Connectivity is an abstract term, a function that acts prolifically in multitudinous ways in all functioning of daily living. Through it, by connecting seemingly distant or unrelated terms or ideas, we create new meanings. Making art with meaning that is fundamentally based on connectivity requires a subject for which connectivity is an oblique tool and meaning is the culminating result, something Salt Lake City artist Craig Cleveland has been doing in a number of recent projects.
Cleveland has previously demonstrated this in a monumental way in a major effort called “The Dada Face Project.” In this project, Cleveland generated an image, or icon, a day for 12 months with a total of 365 icons, each using two arbitrarily chosen words as the title and motivator for the piece. Cleveland stated to his Facebook audience that, “A ‘single word’ can be profound in its meaning, or provoke us to move or to stop. Words such as ‘LOVE’ and ‘HATE”’ are defined yet interpreted by individual measure. A word can be a thing, an action and a descriptive. Taken further, the combination of ‘two words’ can invoke abstract visualization, inspire or enrage deep emotion, and shift paradigms.”

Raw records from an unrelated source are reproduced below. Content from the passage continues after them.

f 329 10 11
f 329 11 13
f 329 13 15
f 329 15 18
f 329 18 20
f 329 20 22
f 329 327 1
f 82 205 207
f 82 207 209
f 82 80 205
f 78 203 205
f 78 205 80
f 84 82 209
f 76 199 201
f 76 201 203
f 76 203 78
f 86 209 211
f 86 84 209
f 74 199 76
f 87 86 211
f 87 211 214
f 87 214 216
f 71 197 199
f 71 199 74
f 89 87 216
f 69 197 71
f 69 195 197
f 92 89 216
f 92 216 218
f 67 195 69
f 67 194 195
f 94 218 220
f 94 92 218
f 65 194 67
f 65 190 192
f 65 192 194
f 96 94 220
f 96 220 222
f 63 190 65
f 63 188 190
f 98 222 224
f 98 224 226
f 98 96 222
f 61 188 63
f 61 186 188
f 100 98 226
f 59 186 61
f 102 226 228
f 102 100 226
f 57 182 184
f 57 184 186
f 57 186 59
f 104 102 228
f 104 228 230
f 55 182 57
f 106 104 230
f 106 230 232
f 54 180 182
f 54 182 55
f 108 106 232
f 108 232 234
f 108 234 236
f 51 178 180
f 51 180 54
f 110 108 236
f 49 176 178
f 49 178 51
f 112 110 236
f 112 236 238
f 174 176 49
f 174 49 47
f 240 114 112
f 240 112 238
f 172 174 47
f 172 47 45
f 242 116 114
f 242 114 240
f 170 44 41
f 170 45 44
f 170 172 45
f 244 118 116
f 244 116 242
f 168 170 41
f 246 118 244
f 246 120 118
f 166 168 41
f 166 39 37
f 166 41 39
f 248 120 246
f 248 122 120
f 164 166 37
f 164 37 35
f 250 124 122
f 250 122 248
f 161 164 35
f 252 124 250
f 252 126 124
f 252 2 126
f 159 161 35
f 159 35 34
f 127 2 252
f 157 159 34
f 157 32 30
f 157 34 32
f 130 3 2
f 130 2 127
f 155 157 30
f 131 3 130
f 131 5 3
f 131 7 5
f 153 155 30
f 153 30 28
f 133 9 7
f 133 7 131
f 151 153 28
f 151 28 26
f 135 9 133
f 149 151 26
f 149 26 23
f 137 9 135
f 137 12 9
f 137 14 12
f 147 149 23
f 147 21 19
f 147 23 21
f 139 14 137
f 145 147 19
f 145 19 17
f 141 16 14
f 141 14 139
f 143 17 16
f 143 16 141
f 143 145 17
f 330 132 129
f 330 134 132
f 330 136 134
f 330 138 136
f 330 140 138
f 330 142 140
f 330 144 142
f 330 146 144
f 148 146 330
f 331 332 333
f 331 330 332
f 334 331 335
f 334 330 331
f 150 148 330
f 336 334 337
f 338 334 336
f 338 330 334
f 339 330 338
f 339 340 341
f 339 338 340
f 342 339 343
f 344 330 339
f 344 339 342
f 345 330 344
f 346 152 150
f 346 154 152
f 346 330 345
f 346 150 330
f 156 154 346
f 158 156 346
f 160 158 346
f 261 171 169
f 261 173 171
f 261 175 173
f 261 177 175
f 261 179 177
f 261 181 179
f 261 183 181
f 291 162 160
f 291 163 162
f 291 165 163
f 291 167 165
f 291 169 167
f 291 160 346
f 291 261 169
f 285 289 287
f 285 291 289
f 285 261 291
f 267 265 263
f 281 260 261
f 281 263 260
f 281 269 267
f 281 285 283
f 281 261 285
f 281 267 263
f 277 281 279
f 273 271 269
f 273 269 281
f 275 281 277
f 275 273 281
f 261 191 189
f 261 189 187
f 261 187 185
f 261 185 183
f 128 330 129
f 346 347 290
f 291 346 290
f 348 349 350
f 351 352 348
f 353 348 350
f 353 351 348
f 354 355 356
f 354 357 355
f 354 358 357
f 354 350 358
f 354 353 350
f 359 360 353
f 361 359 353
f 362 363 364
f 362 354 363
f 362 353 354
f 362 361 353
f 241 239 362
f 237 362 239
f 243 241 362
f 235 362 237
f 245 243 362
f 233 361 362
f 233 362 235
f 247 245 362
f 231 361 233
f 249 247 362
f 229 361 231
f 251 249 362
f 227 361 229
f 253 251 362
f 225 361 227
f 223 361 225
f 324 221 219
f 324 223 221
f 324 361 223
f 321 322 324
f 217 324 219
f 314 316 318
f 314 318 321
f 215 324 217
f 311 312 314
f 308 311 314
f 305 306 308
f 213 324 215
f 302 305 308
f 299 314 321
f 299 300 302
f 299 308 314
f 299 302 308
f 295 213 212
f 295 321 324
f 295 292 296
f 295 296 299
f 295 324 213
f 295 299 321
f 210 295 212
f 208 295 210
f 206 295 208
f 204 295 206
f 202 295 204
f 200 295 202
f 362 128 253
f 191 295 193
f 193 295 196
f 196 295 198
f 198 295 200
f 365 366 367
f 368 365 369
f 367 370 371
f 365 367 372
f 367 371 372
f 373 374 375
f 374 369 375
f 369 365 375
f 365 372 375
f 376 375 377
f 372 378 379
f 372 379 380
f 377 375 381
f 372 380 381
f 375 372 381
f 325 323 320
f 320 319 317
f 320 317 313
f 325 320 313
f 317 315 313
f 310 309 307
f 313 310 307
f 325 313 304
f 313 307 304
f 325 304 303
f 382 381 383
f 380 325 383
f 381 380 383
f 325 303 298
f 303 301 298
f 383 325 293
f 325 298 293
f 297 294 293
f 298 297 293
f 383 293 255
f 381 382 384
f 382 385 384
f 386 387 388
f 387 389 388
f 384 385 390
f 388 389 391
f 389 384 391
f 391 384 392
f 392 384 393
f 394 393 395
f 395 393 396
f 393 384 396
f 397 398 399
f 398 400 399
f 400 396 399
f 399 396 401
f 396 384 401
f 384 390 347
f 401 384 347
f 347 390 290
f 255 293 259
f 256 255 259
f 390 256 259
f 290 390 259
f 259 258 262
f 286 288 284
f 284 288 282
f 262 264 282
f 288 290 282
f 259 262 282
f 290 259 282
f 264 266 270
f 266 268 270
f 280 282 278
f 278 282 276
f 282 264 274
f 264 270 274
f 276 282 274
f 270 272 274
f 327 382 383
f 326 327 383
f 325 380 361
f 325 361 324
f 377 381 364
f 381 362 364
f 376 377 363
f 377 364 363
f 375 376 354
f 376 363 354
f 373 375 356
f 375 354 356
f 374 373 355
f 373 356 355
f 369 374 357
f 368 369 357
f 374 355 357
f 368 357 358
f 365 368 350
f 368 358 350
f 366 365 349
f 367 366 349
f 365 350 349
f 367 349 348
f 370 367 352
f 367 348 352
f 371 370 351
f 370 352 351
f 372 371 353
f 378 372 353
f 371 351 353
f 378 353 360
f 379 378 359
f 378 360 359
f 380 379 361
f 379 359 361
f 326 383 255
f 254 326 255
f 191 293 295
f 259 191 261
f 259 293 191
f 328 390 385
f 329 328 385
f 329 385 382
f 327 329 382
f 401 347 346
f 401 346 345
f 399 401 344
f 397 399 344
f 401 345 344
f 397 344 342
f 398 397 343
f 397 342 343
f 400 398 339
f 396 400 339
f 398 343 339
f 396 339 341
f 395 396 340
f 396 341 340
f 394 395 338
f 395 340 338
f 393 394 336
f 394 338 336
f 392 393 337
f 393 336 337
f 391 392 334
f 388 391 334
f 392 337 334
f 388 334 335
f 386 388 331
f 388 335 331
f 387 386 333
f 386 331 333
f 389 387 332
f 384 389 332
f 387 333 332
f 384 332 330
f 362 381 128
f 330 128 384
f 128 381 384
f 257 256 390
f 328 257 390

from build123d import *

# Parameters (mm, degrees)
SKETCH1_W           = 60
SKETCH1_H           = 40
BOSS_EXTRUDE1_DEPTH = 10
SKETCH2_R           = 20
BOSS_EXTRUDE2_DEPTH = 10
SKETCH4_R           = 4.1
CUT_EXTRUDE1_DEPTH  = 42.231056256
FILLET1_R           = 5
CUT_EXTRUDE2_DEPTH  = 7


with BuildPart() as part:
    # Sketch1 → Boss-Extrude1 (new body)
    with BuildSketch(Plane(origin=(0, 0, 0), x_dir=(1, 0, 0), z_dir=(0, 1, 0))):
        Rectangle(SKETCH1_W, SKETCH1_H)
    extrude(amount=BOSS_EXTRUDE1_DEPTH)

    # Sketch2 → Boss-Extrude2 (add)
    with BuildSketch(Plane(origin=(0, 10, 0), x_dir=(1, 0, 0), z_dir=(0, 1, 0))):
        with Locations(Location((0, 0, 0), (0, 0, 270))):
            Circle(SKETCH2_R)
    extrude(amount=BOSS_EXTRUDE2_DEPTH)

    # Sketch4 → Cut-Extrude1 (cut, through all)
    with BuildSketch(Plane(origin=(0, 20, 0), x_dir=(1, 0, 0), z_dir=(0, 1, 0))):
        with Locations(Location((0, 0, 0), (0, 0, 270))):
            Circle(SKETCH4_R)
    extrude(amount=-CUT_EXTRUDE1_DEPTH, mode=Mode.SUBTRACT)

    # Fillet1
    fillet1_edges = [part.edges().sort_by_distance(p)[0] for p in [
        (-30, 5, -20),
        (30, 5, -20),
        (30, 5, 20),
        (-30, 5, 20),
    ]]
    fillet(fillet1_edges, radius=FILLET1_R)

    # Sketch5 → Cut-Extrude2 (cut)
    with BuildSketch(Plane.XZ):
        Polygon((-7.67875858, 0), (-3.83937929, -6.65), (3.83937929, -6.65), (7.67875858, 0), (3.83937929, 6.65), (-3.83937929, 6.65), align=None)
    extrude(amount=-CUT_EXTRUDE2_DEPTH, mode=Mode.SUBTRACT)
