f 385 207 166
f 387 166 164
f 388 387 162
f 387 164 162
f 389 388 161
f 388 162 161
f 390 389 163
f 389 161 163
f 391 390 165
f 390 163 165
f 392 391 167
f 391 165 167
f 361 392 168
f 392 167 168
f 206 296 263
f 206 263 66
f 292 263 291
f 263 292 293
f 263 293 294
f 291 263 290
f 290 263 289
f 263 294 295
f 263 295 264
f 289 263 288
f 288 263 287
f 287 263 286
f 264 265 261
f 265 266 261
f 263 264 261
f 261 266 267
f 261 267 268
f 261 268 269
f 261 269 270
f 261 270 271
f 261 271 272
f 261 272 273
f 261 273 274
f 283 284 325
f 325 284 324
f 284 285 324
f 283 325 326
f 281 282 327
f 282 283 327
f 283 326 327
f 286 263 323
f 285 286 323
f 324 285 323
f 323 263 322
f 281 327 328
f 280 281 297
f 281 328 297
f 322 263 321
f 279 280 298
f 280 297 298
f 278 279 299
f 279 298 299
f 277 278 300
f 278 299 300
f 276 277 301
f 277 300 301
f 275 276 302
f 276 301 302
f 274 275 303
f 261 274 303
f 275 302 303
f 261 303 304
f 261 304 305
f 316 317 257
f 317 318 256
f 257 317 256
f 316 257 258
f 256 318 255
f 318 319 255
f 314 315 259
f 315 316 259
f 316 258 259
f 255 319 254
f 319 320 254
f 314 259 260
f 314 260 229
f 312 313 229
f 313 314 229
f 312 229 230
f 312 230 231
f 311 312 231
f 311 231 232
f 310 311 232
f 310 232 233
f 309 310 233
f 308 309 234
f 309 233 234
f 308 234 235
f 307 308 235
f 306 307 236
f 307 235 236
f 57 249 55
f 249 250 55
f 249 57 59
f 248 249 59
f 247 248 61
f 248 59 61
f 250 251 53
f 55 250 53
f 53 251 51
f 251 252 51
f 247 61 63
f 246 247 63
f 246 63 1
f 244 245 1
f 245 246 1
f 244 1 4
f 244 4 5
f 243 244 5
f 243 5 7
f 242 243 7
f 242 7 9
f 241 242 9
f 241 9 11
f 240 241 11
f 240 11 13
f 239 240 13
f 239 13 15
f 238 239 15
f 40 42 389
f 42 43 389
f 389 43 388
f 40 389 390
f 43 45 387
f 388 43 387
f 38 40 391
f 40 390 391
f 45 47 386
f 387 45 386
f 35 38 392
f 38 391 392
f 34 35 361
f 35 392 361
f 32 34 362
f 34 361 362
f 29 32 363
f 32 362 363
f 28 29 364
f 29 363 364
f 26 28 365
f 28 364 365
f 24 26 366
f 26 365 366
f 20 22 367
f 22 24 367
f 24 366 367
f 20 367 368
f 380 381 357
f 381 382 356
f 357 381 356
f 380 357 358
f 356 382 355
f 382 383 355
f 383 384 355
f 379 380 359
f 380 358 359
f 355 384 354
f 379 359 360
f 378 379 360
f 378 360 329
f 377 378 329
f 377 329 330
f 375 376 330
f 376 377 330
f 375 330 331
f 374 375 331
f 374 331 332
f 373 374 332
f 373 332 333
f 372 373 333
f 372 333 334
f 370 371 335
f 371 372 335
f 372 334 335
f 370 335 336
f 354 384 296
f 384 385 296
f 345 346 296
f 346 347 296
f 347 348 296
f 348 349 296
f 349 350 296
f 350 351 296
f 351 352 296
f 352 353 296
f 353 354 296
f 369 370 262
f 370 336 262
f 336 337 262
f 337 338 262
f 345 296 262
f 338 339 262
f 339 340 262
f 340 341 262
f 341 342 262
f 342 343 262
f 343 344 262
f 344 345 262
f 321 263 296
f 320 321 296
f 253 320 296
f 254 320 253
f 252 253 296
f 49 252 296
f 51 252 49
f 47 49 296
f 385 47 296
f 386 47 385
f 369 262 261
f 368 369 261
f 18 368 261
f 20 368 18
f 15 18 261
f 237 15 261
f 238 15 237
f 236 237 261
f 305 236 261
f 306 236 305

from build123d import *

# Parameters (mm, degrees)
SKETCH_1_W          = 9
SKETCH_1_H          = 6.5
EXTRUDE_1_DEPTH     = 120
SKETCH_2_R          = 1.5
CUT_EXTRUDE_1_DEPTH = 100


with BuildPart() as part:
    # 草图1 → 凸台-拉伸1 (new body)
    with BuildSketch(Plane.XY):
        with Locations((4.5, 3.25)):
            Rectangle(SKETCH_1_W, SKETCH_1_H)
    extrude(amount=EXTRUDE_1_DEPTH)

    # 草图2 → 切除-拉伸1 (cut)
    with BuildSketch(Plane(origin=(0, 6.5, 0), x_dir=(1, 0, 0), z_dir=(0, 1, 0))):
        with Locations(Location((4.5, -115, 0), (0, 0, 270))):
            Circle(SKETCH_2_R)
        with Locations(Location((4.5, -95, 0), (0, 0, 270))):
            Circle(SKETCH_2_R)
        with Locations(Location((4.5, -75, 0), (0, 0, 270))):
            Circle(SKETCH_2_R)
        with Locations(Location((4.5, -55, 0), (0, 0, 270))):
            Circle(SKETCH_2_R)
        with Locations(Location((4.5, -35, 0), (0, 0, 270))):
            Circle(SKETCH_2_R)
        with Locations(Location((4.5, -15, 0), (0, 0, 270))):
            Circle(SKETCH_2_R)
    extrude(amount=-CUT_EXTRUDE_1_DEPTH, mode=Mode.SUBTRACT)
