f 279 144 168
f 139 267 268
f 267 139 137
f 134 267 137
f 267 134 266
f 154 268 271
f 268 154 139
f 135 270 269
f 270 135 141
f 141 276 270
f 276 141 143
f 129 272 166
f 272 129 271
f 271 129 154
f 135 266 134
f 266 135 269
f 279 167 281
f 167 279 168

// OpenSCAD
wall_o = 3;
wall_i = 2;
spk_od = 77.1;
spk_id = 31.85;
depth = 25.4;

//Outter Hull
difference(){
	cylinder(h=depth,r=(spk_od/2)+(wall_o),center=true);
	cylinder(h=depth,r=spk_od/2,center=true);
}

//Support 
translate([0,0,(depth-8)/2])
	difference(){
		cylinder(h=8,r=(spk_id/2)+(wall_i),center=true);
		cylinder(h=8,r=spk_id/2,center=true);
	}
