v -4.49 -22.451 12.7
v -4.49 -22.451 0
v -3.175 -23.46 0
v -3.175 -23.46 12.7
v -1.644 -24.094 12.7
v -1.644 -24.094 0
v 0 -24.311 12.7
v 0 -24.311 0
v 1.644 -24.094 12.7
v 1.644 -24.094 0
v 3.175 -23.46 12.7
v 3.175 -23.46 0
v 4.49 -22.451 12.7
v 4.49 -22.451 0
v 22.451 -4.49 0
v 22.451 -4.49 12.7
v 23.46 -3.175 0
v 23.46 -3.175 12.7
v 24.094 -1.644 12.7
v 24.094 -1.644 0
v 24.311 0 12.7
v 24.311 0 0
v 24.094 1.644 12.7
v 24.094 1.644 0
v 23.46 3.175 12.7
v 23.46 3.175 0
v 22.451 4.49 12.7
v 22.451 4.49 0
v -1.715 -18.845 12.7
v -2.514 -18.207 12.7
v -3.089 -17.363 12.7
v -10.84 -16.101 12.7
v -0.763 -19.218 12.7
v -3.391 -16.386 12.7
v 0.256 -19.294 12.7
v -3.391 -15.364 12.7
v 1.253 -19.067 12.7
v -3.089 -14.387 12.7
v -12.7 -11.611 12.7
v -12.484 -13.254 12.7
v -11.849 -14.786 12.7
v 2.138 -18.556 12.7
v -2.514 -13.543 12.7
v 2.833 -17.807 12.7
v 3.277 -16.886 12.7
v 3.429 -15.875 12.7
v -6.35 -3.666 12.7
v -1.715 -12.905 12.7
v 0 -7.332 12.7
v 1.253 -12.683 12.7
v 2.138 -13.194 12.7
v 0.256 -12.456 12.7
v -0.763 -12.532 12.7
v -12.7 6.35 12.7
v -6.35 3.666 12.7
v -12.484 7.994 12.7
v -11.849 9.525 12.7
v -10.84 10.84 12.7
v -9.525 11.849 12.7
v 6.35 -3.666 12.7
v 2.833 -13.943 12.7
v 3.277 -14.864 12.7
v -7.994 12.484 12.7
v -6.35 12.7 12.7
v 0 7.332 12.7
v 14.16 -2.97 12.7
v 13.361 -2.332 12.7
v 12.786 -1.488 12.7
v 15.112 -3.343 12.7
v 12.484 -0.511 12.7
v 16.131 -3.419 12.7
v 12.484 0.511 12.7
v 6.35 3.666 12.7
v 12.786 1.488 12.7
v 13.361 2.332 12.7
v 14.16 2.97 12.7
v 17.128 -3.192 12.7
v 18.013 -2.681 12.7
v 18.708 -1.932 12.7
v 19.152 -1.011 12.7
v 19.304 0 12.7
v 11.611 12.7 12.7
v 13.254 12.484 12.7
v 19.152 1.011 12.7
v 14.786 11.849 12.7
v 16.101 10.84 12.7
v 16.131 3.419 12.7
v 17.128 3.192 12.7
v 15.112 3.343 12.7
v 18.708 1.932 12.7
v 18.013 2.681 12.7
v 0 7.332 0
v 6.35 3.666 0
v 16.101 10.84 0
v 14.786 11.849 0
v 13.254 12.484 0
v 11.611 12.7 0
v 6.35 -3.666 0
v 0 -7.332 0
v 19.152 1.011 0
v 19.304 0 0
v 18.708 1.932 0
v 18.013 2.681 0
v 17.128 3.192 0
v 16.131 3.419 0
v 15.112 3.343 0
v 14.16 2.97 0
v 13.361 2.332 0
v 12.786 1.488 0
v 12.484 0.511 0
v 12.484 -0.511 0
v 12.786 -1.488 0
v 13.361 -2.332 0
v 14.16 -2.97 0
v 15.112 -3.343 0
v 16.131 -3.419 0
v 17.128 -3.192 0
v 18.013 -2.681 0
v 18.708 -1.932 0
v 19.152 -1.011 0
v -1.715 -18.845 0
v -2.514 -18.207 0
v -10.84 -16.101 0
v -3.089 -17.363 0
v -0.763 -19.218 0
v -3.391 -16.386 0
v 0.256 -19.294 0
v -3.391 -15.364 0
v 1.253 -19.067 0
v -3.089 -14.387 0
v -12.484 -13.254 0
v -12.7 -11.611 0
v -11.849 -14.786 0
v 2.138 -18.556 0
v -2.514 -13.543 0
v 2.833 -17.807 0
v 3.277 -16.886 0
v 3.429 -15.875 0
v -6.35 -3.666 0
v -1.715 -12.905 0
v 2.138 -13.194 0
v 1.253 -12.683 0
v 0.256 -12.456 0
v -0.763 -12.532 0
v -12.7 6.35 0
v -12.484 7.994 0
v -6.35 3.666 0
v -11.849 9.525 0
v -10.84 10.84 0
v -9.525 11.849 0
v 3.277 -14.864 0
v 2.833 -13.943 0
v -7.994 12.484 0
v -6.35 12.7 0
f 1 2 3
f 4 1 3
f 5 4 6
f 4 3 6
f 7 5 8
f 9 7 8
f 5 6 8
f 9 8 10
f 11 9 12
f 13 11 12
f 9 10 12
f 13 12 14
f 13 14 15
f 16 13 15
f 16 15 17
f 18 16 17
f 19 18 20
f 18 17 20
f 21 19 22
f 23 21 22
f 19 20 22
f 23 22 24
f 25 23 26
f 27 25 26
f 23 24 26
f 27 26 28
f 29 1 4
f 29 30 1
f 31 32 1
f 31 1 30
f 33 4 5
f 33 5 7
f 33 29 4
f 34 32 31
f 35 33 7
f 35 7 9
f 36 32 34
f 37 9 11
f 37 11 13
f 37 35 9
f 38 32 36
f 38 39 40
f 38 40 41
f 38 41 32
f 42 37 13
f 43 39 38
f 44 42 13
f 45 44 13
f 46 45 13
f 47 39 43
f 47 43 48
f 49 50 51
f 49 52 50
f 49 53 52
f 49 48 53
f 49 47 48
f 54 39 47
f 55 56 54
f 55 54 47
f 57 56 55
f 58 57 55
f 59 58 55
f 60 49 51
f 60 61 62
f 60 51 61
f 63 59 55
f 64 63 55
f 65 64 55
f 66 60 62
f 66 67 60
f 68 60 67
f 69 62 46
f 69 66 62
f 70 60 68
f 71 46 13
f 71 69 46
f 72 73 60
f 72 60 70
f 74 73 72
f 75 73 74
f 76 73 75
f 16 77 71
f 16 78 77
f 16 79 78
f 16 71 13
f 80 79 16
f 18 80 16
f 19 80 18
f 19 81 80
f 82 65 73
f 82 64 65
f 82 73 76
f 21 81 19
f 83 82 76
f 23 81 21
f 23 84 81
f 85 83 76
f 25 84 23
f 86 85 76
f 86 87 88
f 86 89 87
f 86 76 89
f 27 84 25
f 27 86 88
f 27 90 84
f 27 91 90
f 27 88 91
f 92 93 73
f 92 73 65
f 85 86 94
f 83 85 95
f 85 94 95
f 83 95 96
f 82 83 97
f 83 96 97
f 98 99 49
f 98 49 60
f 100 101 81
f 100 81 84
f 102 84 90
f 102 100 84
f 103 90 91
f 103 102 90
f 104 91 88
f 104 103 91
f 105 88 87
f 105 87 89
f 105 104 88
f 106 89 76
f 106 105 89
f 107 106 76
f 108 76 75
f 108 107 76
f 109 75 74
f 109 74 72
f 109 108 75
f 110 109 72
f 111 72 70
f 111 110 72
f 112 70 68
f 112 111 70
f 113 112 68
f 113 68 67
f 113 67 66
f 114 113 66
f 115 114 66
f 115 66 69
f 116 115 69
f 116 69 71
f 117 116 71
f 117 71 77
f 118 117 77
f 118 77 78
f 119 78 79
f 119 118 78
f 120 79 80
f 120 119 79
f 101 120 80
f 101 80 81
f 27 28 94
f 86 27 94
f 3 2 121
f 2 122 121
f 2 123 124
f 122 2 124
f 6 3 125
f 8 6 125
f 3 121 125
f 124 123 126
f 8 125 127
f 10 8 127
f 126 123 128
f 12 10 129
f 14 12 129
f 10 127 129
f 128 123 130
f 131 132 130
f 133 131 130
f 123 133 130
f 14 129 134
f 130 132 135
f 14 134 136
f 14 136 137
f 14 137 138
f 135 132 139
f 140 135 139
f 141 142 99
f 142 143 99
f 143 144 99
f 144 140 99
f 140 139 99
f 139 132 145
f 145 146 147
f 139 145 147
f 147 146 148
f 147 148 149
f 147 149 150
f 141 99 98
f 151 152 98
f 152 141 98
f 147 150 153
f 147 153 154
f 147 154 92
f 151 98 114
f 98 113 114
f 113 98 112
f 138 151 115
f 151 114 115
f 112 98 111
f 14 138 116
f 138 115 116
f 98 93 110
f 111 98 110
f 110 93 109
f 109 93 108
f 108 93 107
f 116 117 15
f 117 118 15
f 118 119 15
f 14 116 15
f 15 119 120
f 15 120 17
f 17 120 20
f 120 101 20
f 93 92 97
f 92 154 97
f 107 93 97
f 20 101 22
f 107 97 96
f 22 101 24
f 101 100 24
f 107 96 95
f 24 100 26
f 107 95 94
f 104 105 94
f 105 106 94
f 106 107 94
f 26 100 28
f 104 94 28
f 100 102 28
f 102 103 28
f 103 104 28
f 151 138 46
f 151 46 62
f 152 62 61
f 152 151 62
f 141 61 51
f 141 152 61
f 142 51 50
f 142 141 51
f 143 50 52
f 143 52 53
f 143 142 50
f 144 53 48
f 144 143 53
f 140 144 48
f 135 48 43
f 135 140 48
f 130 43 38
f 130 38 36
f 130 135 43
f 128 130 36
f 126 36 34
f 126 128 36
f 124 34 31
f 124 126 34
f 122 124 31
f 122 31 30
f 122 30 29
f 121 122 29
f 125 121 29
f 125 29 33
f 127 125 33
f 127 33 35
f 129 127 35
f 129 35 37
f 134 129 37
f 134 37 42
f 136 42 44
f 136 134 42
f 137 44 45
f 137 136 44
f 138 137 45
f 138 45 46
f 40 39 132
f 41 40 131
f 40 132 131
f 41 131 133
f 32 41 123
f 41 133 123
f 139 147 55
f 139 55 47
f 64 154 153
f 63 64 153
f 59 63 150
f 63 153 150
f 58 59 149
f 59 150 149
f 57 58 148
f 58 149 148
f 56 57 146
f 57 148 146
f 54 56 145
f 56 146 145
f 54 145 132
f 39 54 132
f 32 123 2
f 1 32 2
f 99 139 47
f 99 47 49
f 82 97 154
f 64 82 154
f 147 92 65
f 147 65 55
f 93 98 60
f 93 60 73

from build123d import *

# Parameters (mm, degrees)
SKETCH2_R           = 3.429
BOSS_EXTRUDE1_DEPTH = 12.7


with BuildPart() as part:
    # Sketch2 → Boss-Extrude1 (new body)
    with BuildSketch(Plane.XY):
        with BuildLine():
            Line((-10.840128061, -16.100640303), (-4.490128061, -22.450640303))
            ThreePointArc((-4.490128061, -22.450640303), (0, -24.310512242), (4.490128061, -22.450640303))
            Line((4.490128061, -22.450640303), (22.450640303, -4.490128061))
            ThreePointArc((22.450640303, -4.490128061), (24.310512242, 0), (22.450640303, 4.490128061))
            Line((22.450640303, 4.490128061), (16.100640303, 10.840128061))
            ThreePointArc((16.100640303, 10.840128061), (14.040552038, 12.216635031), (11.610512242, 12.7))
            Line((11.610512242, 12.7), (-6.35, 12.7))
            ThreePointArc((-6.35, 12.7), (-10.840128061, 10.840128061), (-12.7, 6.35))
            Line((-12.7, 6.35), (-12.7, -11.610512242))
            ThreePointArc((-12.7, -11.610512242), (-12.216635031, -14.040552038), (-10.840128061, -16.100640303))
        make_face()
        with Locations((15.875, 0)):
            Circle(SKETCH2_R, mode=Mode.SUBTRACT)
        with Locations((0, -15.875)):
            Circle(SKETCH2_R, mode=Mode.SUBTRACT)
        Polygon((6.35, 3.666174209), (0, 7.332348419), (-6.35, 3.666174209), (-6.35, -3.666174209), (0, -7.332348419), (6.35, -3.666174209), align=None, mode=Mode.SUBTRACT)
    extrude(amount=BOSS_EXTRUDE1_DEPTH)


solid = part.part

Each individual month’s set of icons began with a certain template of graphic elements for a unity from month to month and within the year. The iconic results are each a product of “elements of visual art, graphic design and typography… inviting the irrational, the absurd and playful, the emotive and intuitive, and cryptic.” For example, Cleveland’s “20121005 Robot Slang,” published on the 5th of October 2012, uses elements of the average keyboard to create the face of a robot, or at least what reads like a mythical, syntactical robotic expression. Layered beneath this, in a white milky surface, is the haunting figure of a robot.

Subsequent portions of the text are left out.